No hair tie? No problem. A technique circulating on TikTok — validated by hairdresser Matt Newman, known as @mattloveshair to his 3 million+ followers — shows how to create a ponytail using nothing but your own hair. The trick works in seconds, though results vary depending on hair type.
Sometimes the simplest beauty hacks come from the most unexpected places. This one started with influencer Nichole Ciotti, who shared a method for tying hair without any accessories. The concept: use the hair itself to form a natural knot, no elastic required.
Matt Newman picked up the idea, tested it on his own thick hair, and posted the result on TikTok backed by ABBA's "Gimme! Gimme! Gimme! (A Man After Midnight)." The video spread quickly, and for good reason — the technique is genuinely functional, at least under the right conditions.
The no-elastic ponytail technique, step by step
The method relies on a simple mechanical principle: creating a loop within the ponytail itself and passing the hair through it. No pins, no bobby pins, no accessories of any kind.
How to execute the knot
Here's exactly how it works:
- Gather all your hair into a low ponytail, centered at the nape of the neck.
- Hold it firmly with one hand.
- With the other hand, isolate a section of hair on one side of the ponytail.
- Slide your index finger under that section to open a gap.
- Push your thumb between the two sections to form a loop.
- Pass the entire ponytail through that loop.
- Release gently and adjust the tension to taste.
The result is a loose, slightly undone ponytail — what stylists often call a coiffé-décoiffé effect. Relaxed, effortless, and surprisingly wearable.
The tighter you pull the loop before passing the ponytail through, the more secure the hold.
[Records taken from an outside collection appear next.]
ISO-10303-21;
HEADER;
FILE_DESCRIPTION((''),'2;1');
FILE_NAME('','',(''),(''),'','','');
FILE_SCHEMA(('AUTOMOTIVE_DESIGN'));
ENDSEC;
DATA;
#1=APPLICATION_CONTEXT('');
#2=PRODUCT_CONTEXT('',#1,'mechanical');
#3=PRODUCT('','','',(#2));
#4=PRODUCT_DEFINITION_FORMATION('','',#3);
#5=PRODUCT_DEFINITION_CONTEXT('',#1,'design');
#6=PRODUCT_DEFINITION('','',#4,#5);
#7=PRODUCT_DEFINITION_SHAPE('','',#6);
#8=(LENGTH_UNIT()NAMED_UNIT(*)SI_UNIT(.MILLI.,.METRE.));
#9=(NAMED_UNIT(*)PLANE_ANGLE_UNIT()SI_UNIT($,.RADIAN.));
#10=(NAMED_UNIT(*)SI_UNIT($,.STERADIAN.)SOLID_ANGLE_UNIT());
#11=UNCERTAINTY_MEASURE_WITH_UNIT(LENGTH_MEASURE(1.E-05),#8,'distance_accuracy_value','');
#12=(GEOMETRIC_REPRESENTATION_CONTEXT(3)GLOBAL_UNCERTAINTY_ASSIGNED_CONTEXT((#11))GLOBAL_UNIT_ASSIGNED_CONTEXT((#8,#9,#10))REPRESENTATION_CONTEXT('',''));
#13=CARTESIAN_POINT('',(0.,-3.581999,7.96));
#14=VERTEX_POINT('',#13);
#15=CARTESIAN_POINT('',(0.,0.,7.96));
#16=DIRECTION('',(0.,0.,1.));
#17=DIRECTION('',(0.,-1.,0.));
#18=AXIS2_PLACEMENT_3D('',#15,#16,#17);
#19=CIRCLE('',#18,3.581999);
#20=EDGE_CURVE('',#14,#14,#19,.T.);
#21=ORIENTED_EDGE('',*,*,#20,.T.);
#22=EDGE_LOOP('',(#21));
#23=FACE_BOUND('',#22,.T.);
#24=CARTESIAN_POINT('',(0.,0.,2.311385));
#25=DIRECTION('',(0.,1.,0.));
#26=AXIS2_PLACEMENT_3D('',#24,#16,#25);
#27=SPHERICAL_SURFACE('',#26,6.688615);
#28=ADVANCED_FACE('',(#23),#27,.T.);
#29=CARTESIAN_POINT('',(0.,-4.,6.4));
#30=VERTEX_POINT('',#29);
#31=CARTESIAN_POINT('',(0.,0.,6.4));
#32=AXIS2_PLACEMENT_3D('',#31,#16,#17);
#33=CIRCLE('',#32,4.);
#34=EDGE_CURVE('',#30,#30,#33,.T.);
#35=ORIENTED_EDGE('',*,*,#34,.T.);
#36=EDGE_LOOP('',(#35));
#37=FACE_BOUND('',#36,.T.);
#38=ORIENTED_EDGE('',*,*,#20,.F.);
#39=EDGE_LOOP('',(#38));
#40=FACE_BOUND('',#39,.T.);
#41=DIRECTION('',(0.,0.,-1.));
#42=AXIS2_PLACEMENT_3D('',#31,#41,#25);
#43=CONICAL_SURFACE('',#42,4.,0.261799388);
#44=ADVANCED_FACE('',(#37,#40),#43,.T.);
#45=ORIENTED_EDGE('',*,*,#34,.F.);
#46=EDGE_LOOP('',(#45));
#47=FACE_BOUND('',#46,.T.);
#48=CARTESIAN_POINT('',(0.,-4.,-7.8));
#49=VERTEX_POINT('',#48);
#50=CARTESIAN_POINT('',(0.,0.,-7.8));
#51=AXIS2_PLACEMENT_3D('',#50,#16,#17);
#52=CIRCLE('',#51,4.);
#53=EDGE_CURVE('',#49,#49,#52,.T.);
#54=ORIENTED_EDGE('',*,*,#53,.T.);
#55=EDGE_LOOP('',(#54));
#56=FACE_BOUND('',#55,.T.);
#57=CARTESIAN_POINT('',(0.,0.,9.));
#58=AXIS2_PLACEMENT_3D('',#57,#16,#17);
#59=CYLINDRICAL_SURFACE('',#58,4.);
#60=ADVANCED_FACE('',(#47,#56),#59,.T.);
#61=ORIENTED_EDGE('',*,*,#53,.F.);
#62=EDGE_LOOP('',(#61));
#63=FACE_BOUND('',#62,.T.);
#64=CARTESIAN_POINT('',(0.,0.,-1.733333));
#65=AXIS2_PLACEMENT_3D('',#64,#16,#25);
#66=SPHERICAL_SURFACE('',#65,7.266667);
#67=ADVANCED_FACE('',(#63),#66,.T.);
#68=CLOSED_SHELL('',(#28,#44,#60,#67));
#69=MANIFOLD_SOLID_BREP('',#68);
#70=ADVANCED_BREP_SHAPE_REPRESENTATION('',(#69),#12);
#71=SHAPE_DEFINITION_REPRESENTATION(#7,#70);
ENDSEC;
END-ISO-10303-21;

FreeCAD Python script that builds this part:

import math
import FreeCAD as App
import Part
import Sketcher
Q = App.Units.Quantity

doc = App.newDocument("Part")
params = doc.addObject("Spreadsheet::Sheet", "Params")
for row, (alias, value) in enumerate([
    ("sketch1_height", "18 mm"),
    ("sketch1_height2", "14.2 mm"),
    ("revolution_angle", "360 deg"),
], start=1):
    params.set(f"A{row}", alias)
    params.set(f"B{row}", "=" + value)
    params.setAlias(f"B{row}", alias)

body = doc.addObject("PartDesign::Body", "Body")

# Sketch on YZ plane
sketch1 = body.newObject("Sketcher::SketchObject", "Sketch")
sketch1.AttachmentSupport = (doc.getObject("YZ_Plane"), [""])
sketch1.MapMode = "FlatFace"
sketch1.addGeometry([
    Part.LineSegment(App.Vector(0, 9, 0), App.Vector(0, -9, 0)),  # 0
    Part.ArcOfCircle(Part.Circle(App.Vector(0, -1.7, 0), App.Vector(0, 0, 1), 7.3), math.radians(-90), math.radians(-57)),  # 1
    Part.LineSegment(App.Vector(4, -7.8, 0), App.Vector(4, 6.4, 0)),  # 2
    Part.LineSegment(App.Vector(4, 6.4, 0), App.Vector(3.6, 8, 0)),  # 3
    Part.ArcOfCircle(Part.Circle(App.Vector(0, 2.3, 0), App.Vector(0, 0, 1), 6.7), math.radians(58), math.radians(90)),  # 4
], False)
sketch1.addConstraint([
    Sketcher.Constraint("Coincident", 0, 2, 1, 1),
    Sketcher.Constraint("Coincident", 1, 2, 2, 1),
    Sketcher.Constraint("Coincident", 2, 2, 3, 1),
    Sketcher.Constraint("Coincident", 3, 2, 4, 1),
    Sketcher.Constraint("Coincident", 4, 2, 0, 1),
    Sketcher.Constraint("Vertical", 0),
    Sketcher.Constraint("Vertical", 2),
    Sketcher.Constraint("Symmetric", 0, 2, 4, 2, -1, 1),
    Sketcher.Constraint("PointOnObject", 1, 3, -2),
    Sketcher.Constraint("PointOnObject", 4, 3, -2),
    Sketcher.Constraint("DistanceY", 0, 2, 0, 1, 18.0),
    Sketcher.Constraint("Angle", 3, Q("105 deg")),
    Sketcher.Constraint("DistanceY", 2, 1, 2, 2, 14.2),
    Sketcher.Constraint("DistanceX", -1, 1, 1, 2, 4.0),
    Sketcher.Constraint("DistanceY", 1, 2, -1, 1, 7.8),
    Sketcher.Constraint("DistanceY", -1, 1, 3, 2, 7.96),
])
sketch1.setExpression("Constraints[10]", "Params.sketch1_height")
sketch1.setExpression("Constraints[12]", "Params.sketch1_height2")
revolution = body.newObject("PartDesign::Revolution", "Revolution")
revolution.Profile = sketch1
revolution.ReferenceAxis = (sketch1, ["V_Axis"])
revolution.setExpression("Angle", "Params.revolution_angle")

doc.recompute()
But pulling too hard collapses the knot — a light, controlled tension works best.
Why Matt Newman's validation matters
With more than 3 million followers on TikTok, Matt Newman isn't just another beauty creator. His audience follows him specifically for professional insight, and when he tests a trending hack, the verdict carries weight. His own hair — notably thick — held the style well, which he documented in real time. That transparency is part of what made the video resonate.
This trick has real limits
The no-elastic ponytail is not a universal solution, and Newman is honest about that. The technique works best on hair with natural texture, volume, or some degree of wave. But on very fine hair or ultra-smooth, straight hair, the knot lacks the friction it needs to hold. The strands simply slip through, and the whole structure loosens within minutes.
Even on hair that takes to the technique initially, the hold can be unpredictable over time. Movement, humidity, or just the weight of the hair can cause the knot to relax and eventually fall apart. This is not a hairstyle built for a full day at the office or an active afternoon.
- Hair is thick, wavy, or has natural texture
- You need a quick, temporary fix
- A relaxed, undone look is the goal
- Hair is very fine or ultra-smooth
- Long-lasting hold is needed
- Used as a daily go-to style
The technique is best understood as a quick fix — a backup when you reach into your bag and come up empty. It bridges the gap between a loose, messy situation and a presentable look, without requiring anything extra. Much like knowing how long nail polish takes to dry before you head out the door, it's the kind of practical knowledge that saves you in a pinch.
A TikTok-born trick with a real origin story
The technique didn't originate with Matt Newman — he's clear about that. Nichole Ciotti, an influencer, created and shared the method first. Newman's contribution was testing it with a professional eye and amplifying it to a much larger audience. That distinction matters: the hack has a traceable origin, not just a viral moment without context.
TikTok has become a genuine source of beauty technique discovery, and this is a good example of how the platform accelerates the spread of practical knowledge. A tip that might have stayed within a niche community reaches millions within days. And when a credentialed professional like Newman endorses it — rather than debunking it — the signal is clear: there's real technique here, even if it comes with caveats.
The no-elastic ponytail trick was originally created by influencer Nichole Ciotti. Matt Newman (@mattloveshair) tested and popularized it through his TikTok account, reaching an audience of over 3 million followers.
The broader beauty world on social media operates the same way. Whether it's a new nail finish technique — like the structured approach behind builder gel nails — or a no-tool hair trick, the logic is the same: accessible methods, tested visually, shared fast. What makes the best ones stick is exactly what this ponytail hack has going for it: a clear procedure, an honest set of limitations, and a result you can actually see. Not magic. Just a knot that holds — most of the time.